So here we have it – a tussle about the balance of power between the politicians and the press (neither of which have exactly high trustworthy ratings right now). And a tussle between the Coalition leader and the deputy leader (ditto). Disappointingly, (as a liberal) I find myself agreeing with Cameron on this one . Odd to see the leader of the Conservative party defending the very foundations of liberalism, whilst the leader of the liberals seems to stand firmly in the camp of those wishing to extinguish the freedom of the press. How have we arrived at this place?

On the face of it, with one or two exceptions I have noticed,  I am in the minority within the Lib Dems. Comments such as “If we never achieve ANYTHING else whilst in Government, being there on the day we stopped people like Murdoch being able to hurt again, will be worth it.” …….” I thought we’d all be delighted by the outcome? The press have always disliked us and bullied us” echo a sentiment I have heard more than once today.

Elsewhere the Lib Dem view seems to be that we must impose restraints on the press “for the victims”.

The anti-Murdoch response from the Lib Dems was predictable I suppose. The party does seem to have adopted a general stance, covering many issues, that runs along the line “if we don’t agree with something it should be banned” regardless of the underlying merit (or lack thereof) of the specific policy in question.  And as despicable as phone hacking undoubtedly is, we should not have a “victims  veto” (h/t Mick Hume from Spiked!), where the victims determine the punishment. Bleak days indeed where tribal hatred or popularity contests can veer us so far off course.

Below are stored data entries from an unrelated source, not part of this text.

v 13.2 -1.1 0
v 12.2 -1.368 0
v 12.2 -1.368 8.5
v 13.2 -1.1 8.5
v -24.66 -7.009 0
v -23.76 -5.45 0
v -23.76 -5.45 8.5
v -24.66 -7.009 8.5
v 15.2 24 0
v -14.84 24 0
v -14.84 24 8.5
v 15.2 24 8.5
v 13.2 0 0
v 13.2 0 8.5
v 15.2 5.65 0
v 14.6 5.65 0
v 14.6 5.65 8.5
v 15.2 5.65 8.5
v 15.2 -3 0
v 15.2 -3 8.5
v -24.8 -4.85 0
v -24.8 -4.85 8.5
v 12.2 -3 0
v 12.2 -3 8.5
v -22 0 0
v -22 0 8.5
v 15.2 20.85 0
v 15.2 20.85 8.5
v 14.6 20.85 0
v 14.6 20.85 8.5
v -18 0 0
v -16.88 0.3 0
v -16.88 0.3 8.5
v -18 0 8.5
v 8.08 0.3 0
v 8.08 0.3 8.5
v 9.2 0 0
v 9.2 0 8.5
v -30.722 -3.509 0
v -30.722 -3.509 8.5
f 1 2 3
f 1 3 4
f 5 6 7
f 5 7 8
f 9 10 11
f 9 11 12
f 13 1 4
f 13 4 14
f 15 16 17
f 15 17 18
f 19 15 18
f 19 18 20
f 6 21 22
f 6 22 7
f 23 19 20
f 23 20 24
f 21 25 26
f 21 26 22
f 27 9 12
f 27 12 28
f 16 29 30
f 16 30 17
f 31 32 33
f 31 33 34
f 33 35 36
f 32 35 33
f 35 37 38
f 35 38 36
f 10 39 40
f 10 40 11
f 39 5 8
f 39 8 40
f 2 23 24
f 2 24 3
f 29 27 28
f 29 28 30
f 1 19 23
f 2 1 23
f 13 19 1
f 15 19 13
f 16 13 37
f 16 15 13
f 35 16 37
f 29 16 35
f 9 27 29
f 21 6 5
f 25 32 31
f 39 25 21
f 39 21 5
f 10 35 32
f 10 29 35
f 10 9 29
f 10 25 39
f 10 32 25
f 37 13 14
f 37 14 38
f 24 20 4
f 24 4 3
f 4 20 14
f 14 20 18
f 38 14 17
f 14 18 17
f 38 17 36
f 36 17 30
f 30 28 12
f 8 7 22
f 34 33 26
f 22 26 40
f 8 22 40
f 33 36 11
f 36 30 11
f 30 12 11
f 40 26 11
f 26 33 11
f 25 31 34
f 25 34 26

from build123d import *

# Parameters (mm, degrees)
DODANIE_WYCI_GNI_CIE1_DEPTH = 8.5


with BuildPart() as part:
    # Szkic1 → Dodanie-wyciągnięcie1 (new body)
    with BuildSketch(Plane(origin=(0, 0, 0), x_dir=(-1, 0, 0), z_dir=(0, 0, -1))):
        Polygon((-8.080384758, 0.3), (16.880384758, 0.3), (18, 0), (22, 0), (24.8, -4.849742261), (23.759936491, -5.450223208), (24.659936491, -7.009068935), (30.722114317, -3.509068935), (14.839745962, 24), (-15.2, 24), (-15.2, 20.85), (-14.6, 20.85), (-14.6, 5.65), (-15.2, 5.65), (-15.2, -3), (-12.2, -3), (-12.2, -1.367949192), (-13.2, -1.1), (-13.2, 0), (-9.2, 0), align=None)
    extrude(amount=-DODANIE_WYCI_GNI_CIE1_DEPTH)


solid = part.part
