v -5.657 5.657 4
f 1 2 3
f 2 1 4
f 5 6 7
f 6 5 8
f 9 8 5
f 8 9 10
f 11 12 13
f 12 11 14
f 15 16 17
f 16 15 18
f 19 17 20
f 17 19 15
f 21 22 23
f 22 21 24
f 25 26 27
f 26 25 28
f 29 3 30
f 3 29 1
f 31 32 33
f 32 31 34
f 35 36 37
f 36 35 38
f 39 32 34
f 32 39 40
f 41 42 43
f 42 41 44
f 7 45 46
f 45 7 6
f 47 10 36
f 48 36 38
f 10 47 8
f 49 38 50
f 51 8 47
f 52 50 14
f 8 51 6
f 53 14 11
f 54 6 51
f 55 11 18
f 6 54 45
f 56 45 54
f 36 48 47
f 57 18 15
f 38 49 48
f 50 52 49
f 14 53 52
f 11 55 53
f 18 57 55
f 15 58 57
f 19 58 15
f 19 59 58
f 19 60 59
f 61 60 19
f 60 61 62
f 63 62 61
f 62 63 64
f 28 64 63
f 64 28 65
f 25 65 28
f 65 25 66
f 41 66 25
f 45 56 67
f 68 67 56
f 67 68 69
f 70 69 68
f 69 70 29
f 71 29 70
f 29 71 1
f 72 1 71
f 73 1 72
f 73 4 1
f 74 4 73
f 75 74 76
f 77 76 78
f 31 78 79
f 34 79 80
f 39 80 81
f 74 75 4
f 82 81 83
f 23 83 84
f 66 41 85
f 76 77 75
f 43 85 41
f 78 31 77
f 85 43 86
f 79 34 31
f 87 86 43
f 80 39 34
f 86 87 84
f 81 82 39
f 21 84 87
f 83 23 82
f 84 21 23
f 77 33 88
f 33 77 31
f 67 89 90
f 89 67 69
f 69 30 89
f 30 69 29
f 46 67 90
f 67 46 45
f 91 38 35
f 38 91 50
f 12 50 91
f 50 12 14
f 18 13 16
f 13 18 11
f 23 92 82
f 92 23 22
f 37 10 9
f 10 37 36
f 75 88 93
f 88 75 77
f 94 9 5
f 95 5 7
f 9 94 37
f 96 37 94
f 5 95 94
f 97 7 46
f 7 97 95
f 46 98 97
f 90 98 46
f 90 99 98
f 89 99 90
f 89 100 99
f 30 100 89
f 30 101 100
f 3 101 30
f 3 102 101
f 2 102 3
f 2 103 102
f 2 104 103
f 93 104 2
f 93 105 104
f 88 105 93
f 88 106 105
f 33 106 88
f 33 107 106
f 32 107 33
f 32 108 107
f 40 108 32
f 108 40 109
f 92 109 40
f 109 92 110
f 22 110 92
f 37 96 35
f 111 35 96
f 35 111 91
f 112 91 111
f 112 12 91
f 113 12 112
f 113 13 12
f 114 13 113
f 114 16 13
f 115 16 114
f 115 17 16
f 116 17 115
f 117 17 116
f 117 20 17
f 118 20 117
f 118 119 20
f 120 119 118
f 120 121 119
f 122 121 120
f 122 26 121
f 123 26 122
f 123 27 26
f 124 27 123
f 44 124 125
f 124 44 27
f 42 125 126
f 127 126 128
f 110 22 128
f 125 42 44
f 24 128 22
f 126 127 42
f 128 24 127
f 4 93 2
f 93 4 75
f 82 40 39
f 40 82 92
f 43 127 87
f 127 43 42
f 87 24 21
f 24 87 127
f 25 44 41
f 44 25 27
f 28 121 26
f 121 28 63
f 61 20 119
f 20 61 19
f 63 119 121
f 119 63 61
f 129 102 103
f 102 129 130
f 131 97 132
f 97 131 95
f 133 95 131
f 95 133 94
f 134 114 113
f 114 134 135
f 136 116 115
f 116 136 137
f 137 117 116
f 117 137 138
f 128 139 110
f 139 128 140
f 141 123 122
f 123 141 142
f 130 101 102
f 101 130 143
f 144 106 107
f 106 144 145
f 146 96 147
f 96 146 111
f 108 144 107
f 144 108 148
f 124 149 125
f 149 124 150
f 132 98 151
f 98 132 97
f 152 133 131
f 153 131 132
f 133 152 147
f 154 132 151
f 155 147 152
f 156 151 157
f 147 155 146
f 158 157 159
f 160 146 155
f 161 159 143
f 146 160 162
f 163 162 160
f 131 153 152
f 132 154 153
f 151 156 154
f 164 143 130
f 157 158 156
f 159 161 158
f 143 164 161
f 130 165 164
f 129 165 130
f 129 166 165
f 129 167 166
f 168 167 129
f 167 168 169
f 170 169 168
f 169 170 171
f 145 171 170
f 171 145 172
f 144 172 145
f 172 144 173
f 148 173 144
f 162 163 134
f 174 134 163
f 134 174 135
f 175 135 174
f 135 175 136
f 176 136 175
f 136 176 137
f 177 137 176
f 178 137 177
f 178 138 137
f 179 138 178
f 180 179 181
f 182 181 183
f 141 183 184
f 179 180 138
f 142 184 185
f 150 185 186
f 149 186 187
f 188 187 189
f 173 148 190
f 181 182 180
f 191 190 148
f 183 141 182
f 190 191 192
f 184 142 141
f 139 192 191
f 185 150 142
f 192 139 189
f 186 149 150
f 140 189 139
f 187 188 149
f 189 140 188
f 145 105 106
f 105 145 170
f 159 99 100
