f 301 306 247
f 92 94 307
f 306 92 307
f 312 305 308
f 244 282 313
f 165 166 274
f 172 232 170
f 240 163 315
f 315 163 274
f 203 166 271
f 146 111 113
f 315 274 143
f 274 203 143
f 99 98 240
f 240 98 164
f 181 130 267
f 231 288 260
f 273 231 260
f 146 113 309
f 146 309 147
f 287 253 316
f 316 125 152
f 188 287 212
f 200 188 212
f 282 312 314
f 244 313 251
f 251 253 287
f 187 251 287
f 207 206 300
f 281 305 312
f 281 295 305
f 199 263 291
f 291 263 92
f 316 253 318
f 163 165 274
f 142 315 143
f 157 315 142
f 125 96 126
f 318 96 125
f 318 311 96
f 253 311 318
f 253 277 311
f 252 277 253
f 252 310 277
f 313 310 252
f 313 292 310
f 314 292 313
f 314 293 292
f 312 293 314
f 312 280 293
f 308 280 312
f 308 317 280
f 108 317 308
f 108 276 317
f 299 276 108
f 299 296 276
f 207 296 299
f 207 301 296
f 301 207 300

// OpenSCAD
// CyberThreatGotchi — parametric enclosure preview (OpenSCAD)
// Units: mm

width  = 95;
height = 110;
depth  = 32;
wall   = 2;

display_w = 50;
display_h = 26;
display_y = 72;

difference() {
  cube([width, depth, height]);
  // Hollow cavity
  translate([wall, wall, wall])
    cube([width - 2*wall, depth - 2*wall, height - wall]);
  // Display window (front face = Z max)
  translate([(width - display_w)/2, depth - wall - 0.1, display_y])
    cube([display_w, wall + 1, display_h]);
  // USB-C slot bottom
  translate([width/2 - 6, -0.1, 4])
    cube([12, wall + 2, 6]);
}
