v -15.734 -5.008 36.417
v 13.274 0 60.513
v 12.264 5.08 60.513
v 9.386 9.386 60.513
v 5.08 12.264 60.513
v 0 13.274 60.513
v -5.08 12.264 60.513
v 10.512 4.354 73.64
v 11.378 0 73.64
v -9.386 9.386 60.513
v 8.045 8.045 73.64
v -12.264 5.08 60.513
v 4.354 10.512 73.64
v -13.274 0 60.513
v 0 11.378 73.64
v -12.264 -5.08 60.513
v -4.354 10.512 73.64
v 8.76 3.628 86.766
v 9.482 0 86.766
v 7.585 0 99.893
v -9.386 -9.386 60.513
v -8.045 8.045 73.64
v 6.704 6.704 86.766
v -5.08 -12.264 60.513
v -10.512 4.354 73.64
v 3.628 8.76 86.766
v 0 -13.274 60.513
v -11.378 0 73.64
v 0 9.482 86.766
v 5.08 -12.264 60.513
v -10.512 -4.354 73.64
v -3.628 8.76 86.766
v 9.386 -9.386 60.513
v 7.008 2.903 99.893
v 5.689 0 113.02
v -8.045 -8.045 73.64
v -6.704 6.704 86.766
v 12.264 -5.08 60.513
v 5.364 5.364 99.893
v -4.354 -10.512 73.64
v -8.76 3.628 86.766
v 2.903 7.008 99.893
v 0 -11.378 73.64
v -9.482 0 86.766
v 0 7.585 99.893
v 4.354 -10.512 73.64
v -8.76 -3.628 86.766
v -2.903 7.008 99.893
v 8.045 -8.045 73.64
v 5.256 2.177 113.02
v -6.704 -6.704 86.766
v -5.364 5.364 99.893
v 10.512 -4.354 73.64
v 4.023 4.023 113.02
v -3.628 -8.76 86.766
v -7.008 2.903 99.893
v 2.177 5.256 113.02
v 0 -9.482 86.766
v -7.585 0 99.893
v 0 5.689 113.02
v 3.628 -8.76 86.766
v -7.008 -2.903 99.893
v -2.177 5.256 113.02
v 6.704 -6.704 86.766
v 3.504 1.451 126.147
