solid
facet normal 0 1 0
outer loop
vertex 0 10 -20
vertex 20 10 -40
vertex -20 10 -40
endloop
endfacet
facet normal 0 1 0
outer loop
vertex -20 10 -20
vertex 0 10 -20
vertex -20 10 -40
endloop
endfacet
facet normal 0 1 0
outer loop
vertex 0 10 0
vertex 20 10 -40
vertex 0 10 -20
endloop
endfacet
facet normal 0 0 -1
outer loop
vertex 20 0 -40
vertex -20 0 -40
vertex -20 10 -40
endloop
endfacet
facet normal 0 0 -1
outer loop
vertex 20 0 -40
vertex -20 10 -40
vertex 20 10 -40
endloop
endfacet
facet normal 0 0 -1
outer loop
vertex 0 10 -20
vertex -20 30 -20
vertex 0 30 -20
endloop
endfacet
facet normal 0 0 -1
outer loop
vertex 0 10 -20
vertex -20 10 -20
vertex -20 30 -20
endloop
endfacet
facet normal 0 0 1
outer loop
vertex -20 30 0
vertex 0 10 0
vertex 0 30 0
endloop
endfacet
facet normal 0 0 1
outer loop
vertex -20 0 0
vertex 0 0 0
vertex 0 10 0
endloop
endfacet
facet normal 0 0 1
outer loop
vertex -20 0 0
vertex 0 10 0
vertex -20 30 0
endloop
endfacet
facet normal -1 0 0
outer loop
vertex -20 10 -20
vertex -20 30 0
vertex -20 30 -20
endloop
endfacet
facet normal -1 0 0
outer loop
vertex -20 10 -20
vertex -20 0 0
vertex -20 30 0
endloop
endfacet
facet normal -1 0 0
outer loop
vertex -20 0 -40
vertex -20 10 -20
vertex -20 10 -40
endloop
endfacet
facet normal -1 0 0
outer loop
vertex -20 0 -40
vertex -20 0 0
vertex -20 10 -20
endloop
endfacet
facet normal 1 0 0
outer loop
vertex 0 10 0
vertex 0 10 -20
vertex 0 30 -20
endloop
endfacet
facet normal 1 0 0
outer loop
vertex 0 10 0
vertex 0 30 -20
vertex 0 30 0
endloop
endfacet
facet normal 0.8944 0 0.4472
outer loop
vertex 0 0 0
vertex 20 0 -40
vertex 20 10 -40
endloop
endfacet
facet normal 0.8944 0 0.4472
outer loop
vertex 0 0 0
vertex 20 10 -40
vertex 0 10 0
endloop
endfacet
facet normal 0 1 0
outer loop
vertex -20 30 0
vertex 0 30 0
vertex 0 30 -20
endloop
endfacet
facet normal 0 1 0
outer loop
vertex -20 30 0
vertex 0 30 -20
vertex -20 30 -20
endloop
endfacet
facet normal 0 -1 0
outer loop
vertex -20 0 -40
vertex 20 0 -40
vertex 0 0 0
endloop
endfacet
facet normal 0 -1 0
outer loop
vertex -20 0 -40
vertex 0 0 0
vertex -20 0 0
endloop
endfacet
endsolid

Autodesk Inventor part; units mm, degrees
ref_plane "YZ Plane" through (0, 0, 0) normal (1, 0, 0) x (0, 1, 0)
ref_plane "XZ Plane" through (0, 0, 0) normal (0, 1, 0) x (-1, 0, 0)
ref_plane "XY Plane" through (0, 0, 0) normal (0, 0, 1) x (1, 0, 0)
sketch "草圖1" plane through (0, 0, 0) normal (0, 1, 0) x (-1, 0, 0)
  line L0 (0, 0) -> (20, 0)
  line L1 (20, 0) -> (20, -20)
  line L2 (20, -20) -> (0, -20)
  line L3 (0, -20) -> (0, 0)
  line L4 (20, -20) -> (20, -40)
  line L5 (20, -40) -> (-20, -40)
  line L6 (-20, -40) -> (0, 0)
  dimension "d0" = 20
  dimension "d1" = 20
  dimension "d2" = 20
  dimension "d3" = 40
extrude "擠出1" add sketch "草圖1" along normal blind 30 contours L0 L1 L2 L3
extrude "擠出2" add sketch "草圖1" along normal blind 10 contours L3 L2 L4 L5 L6
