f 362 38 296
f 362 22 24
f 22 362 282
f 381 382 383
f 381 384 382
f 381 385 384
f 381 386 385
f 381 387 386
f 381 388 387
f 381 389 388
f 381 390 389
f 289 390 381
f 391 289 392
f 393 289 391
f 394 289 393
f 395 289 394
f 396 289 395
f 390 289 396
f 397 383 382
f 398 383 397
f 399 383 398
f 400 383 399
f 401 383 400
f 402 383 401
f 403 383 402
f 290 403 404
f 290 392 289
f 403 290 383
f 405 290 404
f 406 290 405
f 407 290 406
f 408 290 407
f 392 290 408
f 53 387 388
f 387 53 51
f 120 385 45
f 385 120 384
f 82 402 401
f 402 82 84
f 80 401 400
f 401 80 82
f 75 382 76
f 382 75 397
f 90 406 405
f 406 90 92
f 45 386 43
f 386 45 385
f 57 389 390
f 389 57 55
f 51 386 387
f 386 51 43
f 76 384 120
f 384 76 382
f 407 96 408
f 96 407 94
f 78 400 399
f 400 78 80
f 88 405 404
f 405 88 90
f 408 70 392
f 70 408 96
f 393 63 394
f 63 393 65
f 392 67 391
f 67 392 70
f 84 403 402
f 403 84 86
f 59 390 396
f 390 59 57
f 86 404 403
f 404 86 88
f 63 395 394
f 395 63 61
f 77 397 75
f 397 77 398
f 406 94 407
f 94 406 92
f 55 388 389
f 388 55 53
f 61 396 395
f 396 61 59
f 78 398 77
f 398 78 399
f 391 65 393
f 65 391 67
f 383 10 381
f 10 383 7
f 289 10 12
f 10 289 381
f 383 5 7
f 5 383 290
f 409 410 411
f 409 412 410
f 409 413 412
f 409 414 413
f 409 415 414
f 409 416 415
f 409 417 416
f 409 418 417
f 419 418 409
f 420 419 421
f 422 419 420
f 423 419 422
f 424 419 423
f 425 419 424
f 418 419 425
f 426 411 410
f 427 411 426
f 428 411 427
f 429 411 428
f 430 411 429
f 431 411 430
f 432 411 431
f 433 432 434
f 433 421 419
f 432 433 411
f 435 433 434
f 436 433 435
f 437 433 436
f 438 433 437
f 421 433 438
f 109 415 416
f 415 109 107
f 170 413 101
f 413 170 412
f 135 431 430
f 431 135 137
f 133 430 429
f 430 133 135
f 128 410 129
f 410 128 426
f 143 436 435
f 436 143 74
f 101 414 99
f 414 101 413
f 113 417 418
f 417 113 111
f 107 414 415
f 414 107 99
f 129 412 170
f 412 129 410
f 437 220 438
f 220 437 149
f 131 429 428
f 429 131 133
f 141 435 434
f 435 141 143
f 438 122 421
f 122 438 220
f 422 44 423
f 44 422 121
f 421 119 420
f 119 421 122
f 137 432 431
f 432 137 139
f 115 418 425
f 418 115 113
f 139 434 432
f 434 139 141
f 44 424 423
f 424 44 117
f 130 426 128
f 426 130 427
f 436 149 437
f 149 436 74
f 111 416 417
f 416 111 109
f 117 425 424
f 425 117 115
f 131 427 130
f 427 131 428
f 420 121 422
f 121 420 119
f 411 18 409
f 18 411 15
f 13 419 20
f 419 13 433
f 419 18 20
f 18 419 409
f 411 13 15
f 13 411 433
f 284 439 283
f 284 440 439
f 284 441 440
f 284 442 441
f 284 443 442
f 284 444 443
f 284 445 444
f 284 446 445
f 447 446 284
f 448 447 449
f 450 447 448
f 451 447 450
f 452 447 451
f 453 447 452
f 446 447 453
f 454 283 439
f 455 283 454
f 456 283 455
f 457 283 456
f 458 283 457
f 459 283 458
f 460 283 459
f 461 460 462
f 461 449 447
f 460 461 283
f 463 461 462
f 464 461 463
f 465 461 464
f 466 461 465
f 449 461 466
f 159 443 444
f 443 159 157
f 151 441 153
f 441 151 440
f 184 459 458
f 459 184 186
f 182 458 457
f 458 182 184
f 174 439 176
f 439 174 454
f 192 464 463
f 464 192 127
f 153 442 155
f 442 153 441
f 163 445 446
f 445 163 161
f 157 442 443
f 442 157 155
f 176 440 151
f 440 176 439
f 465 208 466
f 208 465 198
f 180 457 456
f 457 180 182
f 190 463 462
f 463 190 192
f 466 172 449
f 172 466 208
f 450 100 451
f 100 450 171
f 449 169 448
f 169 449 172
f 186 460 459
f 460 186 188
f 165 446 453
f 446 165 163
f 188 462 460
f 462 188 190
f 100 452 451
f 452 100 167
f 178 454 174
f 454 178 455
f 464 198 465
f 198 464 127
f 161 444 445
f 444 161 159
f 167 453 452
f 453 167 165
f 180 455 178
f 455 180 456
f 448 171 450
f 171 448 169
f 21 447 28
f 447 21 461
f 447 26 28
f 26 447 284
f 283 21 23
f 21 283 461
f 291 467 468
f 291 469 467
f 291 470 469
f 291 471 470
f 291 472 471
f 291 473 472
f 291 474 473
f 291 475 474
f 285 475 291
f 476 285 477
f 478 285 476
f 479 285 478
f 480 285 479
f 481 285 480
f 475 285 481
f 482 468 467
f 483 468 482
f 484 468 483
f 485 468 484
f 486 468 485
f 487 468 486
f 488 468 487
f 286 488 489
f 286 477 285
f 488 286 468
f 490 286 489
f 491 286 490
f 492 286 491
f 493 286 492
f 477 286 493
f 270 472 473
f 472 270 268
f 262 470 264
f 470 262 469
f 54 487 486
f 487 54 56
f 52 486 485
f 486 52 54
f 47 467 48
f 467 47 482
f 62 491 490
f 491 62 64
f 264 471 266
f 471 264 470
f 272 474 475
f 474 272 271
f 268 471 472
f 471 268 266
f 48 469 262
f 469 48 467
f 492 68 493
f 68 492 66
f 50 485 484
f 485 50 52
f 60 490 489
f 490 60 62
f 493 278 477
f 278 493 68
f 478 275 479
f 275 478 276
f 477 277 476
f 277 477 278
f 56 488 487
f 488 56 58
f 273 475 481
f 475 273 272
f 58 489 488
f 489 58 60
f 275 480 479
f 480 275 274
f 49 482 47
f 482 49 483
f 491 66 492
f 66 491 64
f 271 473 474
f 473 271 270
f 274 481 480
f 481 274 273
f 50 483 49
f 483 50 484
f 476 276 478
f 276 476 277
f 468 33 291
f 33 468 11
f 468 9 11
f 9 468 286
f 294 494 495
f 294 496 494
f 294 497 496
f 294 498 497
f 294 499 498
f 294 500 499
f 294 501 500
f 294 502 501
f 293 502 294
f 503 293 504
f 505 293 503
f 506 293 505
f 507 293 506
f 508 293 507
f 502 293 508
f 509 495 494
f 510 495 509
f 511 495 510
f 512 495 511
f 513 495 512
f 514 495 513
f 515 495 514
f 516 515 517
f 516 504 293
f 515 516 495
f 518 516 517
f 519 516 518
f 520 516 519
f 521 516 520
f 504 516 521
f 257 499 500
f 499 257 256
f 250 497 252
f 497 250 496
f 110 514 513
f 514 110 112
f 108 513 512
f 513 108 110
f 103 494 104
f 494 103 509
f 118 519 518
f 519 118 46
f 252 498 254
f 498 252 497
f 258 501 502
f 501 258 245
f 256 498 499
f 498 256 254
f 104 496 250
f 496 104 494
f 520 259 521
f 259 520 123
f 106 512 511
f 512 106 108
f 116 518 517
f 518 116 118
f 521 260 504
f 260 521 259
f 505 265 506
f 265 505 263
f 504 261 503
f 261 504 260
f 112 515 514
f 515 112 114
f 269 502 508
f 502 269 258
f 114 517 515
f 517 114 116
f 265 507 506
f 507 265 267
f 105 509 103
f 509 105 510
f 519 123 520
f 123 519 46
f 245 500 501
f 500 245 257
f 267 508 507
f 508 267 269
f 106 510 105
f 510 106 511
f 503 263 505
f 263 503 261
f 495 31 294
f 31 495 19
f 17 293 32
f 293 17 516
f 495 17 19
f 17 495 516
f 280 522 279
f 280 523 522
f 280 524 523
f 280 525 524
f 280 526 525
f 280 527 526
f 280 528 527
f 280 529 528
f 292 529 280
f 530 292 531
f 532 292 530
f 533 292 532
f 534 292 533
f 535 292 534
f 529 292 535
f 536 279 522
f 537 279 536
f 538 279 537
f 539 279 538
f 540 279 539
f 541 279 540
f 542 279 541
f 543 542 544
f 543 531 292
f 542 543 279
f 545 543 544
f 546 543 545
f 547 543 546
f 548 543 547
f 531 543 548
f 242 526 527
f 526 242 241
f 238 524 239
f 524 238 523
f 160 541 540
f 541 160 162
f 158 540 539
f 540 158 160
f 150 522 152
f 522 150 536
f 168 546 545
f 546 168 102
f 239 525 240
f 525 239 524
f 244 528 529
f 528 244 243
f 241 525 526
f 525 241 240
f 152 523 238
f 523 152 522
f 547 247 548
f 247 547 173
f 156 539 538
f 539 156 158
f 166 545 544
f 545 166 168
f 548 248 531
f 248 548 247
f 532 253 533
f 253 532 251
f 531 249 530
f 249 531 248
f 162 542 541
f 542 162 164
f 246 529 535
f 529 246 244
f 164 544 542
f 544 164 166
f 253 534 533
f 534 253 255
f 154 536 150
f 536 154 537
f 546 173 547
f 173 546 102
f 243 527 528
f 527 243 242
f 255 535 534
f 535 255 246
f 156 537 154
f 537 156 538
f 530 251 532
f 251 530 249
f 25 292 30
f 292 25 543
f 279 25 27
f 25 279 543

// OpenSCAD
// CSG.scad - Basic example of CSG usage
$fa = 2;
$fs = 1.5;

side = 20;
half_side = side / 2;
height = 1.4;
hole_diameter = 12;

This is a time for calm, clear thinking. Not crowd-pleasing gestures to the “victims”, nor relishing our moment to get one over a press that ignored us. We must be very clear what we are sleep-walking our way into.

Leveson is proposing this Government regulate the press – and our “liberal” leader appears to be aiding and abetting this. Any movement towards statutory regulation (which is exactly what statutory “underpinning” is) of the free press is wrong on every level, plain and simple. Once parliament has granted itself such powers, it will, as sure as night follows day, expand them later. Once you open that door – even by an inch- you will never shut it. We have seen with every other piece of legislation , when a door is opened, it will only widen.

Ever thought anti-terrorism laws were intended to evict a heckler from a party conference? No one did – that is the point. I seriously struggle to understand the naivety (because I must believe this is not simple opportunism) of Nick Clegg. Another apology in waiting – but this time there can be no forgiveness. No excuses. Nick may have acquired short term notoriety for reneging on students fees. Small beer to his legacy – the destruction of the fourth estate and abandonment of liberalism.

The reason for Leveson’s recommendation to move to state regulation is because “self regulation of the press has not worked”.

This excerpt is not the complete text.